As Bollywood grows, the call of Hindi films is getting stronger and it’s only natural that artistes and technicians from across the world are answering. Nargis Fakhri moved to Mumbai from New York; Jacqueline Fernandez came from Bahrain. Oscar-winning cinematographer Russell Carpenter (Titanic, Charlie’s Angels and more recently, Jobs and Ant Man) came to India to shoot Leena Yadav’s Parched and the go-to hairdresser for Deepika Padukone and Anushka Sharma is Gabriel Georgiou, an Australian of Greek descent.

Pakistani artistes are answering the same call. They are talented and we have use for their talent. Forget working together to promote ‘love and peace’; it’s basic economics. If Fawad Khan ‘sells’, why shouldn’t a Bollywood director cast him?

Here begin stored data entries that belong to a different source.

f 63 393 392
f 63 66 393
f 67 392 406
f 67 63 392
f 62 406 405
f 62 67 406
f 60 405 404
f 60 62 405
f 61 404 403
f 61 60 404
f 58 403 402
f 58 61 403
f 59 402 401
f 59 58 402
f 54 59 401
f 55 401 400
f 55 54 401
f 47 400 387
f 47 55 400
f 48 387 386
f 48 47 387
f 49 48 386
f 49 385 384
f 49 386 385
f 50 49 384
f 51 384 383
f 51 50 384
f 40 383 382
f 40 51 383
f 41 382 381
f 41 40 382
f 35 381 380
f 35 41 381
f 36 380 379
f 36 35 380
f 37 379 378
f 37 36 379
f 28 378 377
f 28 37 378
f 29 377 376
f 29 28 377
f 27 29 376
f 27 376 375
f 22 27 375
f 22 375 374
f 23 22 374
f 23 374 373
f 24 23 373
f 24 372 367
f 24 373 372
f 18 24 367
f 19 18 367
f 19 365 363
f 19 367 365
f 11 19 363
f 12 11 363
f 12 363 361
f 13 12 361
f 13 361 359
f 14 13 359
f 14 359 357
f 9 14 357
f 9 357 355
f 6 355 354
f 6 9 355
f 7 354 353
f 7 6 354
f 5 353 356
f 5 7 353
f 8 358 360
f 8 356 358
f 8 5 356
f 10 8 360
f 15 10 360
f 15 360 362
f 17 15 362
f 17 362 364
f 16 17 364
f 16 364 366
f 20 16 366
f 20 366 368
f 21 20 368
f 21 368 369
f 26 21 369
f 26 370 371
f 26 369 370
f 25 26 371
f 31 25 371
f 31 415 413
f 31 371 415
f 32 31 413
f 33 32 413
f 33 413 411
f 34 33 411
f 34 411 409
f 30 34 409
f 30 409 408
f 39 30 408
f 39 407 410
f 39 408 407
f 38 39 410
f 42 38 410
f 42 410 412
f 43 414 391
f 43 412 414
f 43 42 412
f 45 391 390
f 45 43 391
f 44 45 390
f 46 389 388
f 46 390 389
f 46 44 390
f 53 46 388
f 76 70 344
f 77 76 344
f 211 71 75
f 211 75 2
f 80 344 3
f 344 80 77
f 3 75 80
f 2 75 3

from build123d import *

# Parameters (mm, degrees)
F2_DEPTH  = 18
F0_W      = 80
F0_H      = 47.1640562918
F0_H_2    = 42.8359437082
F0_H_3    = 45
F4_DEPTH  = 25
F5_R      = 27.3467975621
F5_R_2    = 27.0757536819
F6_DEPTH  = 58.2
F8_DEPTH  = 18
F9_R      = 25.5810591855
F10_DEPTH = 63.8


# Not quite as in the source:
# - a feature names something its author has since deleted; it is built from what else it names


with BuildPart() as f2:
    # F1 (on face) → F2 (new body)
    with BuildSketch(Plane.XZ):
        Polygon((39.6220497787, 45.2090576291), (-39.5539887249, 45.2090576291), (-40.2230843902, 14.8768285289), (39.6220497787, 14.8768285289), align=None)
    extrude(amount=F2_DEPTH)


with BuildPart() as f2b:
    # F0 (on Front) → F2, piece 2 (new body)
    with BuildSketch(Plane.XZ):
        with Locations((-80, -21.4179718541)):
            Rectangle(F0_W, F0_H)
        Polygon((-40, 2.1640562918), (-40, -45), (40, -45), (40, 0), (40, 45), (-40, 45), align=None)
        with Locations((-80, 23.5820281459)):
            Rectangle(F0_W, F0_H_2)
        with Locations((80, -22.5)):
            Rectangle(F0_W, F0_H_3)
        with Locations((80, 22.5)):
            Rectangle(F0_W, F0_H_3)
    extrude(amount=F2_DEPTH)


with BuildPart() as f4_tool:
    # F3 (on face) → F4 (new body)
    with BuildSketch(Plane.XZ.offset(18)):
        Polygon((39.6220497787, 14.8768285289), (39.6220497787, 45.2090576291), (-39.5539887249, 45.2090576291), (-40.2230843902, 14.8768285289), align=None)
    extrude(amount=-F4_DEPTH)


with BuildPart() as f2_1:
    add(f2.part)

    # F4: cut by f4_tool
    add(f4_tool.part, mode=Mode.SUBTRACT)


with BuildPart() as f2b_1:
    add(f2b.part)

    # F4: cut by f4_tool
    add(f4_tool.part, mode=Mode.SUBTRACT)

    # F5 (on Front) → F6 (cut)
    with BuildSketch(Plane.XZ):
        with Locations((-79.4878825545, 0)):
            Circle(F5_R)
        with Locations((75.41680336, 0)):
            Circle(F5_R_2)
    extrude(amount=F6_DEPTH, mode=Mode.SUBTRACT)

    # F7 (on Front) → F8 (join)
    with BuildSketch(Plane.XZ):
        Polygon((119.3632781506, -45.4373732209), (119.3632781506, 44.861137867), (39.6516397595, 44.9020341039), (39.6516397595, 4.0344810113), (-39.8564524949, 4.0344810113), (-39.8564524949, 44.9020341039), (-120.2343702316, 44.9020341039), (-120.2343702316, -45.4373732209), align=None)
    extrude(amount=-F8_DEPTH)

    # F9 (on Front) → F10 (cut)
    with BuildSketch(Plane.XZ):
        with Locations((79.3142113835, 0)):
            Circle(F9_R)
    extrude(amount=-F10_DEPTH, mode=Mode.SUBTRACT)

Earlier this week, I saw an open letter by an army veteran and popular prime time TV face supporting the ban on actors. Major Gaurav Arya (retd) wrote:

You cannot make films, play cricket and do business as if everything is fine, because it is not. It makes the soldier wonder aloud, “Why should I alone bear the weight of conflict?”

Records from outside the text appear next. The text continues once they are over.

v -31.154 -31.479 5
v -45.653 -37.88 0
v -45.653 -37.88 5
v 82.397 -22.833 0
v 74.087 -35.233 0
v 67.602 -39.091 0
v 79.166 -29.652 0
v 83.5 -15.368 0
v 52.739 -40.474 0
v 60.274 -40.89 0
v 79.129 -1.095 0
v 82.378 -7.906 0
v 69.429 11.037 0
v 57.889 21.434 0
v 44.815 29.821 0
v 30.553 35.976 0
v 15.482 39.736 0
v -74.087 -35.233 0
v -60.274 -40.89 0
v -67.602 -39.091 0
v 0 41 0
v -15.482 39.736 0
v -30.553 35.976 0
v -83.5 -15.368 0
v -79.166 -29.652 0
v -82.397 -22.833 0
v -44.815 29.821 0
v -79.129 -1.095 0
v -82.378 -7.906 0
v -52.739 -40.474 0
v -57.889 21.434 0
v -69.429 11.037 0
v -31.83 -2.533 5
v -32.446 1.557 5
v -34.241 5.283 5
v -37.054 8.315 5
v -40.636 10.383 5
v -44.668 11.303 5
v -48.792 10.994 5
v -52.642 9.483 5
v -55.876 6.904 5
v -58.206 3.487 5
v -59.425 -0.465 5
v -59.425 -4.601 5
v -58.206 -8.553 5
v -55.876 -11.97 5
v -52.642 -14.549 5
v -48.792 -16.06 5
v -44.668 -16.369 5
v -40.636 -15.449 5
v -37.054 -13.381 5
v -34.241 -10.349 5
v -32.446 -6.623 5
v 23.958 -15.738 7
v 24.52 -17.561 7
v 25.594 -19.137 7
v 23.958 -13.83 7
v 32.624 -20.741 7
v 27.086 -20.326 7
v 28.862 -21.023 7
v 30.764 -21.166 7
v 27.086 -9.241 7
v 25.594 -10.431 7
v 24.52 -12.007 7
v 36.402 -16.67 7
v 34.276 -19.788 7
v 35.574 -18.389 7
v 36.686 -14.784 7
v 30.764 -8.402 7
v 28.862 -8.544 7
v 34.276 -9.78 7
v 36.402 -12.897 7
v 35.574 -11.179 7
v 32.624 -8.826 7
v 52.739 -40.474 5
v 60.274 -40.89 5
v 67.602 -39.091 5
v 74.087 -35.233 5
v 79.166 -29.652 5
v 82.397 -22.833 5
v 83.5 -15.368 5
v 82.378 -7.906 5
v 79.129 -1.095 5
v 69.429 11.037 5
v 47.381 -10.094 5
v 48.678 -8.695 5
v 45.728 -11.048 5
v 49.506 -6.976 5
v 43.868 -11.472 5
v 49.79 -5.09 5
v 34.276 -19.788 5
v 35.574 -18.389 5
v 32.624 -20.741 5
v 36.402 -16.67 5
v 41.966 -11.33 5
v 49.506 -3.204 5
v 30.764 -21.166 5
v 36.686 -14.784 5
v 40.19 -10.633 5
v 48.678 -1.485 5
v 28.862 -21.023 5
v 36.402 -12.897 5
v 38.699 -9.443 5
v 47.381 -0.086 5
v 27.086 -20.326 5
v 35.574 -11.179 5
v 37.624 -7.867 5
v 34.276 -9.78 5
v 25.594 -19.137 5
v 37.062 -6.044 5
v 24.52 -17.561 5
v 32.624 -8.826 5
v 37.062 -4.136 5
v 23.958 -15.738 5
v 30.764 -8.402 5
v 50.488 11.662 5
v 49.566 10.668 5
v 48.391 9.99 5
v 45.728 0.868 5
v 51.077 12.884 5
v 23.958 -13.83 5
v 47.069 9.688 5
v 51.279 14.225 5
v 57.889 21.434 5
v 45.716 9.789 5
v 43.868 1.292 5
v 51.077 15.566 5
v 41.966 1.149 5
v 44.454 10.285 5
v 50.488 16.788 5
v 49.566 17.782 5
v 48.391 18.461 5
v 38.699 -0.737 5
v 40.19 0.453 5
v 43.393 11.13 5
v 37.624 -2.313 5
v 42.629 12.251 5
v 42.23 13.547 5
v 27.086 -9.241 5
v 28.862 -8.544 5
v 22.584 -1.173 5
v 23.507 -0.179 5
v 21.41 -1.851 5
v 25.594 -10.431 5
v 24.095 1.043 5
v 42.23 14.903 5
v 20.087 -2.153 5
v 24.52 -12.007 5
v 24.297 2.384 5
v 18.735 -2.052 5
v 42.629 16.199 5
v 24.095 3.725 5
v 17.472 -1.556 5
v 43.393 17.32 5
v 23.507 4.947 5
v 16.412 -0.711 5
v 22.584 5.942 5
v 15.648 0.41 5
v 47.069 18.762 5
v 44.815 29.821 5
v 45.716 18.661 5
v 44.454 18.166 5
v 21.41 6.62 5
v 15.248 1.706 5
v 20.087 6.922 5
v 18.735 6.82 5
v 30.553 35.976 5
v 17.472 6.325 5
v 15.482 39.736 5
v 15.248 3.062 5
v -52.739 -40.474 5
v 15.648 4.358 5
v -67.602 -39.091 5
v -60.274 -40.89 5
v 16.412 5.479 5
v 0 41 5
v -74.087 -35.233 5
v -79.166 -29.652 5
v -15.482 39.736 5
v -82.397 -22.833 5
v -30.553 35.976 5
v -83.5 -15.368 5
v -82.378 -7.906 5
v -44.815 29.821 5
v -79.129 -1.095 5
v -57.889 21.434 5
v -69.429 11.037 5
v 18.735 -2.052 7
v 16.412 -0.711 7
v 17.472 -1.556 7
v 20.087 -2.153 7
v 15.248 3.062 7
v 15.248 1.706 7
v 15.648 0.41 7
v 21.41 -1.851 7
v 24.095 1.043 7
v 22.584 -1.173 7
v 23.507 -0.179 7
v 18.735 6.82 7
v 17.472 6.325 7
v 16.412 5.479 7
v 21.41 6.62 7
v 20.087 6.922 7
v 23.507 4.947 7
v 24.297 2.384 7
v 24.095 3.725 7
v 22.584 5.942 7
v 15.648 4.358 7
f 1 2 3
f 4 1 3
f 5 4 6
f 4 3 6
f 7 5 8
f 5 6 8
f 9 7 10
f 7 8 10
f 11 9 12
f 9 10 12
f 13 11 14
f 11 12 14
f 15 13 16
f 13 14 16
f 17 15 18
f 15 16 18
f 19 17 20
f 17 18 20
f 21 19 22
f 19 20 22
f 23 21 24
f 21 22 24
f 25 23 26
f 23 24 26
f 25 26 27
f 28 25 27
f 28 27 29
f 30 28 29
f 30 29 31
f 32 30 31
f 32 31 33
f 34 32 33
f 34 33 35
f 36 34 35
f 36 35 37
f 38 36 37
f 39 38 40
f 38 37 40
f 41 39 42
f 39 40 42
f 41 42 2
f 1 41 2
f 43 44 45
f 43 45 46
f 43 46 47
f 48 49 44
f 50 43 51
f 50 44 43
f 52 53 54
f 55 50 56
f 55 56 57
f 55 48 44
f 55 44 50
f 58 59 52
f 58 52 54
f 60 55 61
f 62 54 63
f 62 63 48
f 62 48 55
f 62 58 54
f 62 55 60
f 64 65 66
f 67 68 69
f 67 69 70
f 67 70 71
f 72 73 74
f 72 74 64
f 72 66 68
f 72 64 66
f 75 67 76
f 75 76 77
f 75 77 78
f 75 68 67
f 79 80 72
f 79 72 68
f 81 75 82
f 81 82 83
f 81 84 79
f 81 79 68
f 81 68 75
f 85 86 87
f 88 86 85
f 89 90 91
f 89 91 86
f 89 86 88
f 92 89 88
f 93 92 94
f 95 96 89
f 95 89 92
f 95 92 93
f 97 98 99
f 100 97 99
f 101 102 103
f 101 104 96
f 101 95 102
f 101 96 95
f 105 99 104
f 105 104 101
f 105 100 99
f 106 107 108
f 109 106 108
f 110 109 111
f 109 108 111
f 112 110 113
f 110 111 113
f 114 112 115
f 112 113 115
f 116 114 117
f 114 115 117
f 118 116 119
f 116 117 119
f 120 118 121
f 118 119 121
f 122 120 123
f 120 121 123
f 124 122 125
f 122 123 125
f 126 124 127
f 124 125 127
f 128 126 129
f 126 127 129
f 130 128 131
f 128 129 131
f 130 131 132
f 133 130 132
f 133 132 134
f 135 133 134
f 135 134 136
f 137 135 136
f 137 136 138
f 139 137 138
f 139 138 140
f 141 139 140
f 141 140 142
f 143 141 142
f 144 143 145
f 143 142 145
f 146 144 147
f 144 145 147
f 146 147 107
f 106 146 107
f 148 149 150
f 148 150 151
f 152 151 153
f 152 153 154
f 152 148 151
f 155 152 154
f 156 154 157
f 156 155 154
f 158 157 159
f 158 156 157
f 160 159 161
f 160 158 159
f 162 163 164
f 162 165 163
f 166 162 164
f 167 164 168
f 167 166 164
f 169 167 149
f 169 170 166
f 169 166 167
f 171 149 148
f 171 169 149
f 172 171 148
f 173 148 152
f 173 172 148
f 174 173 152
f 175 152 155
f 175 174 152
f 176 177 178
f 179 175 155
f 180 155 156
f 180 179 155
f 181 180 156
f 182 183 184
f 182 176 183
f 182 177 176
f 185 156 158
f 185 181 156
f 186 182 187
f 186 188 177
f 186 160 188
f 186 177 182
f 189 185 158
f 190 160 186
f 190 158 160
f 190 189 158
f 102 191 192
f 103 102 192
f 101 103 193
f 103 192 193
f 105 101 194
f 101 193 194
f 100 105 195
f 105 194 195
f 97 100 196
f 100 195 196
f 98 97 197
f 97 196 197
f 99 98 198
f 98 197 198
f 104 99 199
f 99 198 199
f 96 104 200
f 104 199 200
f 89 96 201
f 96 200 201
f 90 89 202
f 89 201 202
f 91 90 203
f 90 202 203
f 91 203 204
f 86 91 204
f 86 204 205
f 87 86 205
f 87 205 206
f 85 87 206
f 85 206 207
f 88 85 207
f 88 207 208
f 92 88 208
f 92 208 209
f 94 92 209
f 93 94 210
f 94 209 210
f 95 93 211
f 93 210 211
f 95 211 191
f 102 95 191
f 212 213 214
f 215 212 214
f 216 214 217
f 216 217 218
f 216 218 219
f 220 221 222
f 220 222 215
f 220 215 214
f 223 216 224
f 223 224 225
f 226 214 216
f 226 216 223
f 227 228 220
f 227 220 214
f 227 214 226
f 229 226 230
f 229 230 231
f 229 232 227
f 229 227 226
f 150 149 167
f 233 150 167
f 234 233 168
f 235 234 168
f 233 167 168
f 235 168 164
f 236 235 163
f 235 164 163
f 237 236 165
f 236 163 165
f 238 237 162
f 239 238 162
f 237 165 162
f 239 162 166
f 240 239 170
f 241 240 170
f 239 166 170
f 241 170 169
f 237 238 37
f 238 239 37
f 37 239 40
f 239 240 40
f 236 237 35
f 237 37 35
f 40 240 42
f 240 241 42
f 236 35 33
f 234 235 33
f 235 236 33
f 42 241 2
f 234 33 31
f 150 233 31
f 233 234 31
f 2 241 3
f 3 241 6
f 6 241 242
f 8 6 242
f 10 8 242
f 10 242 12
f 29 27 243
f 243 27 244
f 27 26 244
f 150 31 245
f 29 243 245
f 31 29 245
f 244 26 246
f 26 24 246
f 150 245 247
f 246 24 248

If India is playing hockey with Pakistan days after the Uri attack, then why can’t Rahat Fateh Ali Khan record a song for a film? The Indian Embassy is still functioning in Islamabad; news channels on which Arya regularly appears, still invite Pakistani analysts; and trade continues between the two countries, so why is Bollywood under so much pressure to distance itself from its Pakistani artistes?

There is a view that Pakistani 'artistes will be able to pressure their government and army to act against terror organisations'. I appreciate the sentiment but to think that Fawad Khan and co will be able to coerce the Pakistani Army not to engage with terror outfits is extremely naïve. In which country has an actor or a singer been able to pressurise their government or army? More than a hundred Hollywood heavyweights including Matt Damon, Uma Thurman, Samuel L Jackson, Jessica Lange, Martin Sheen wrote a letter to George W Bush in 2002 urging him to not start a war with Iraq. What happened next did not shock anyone. The US attacked Iraq and forever changed the geopolitical scenario in West Asia.

Just because I am against the ban doesn’t mean that I am pro-Pakistan or anti-India. It just means that I have finally realised that I don’t hate Pakistan, merely the elements in its politics and army that shelter terrorists.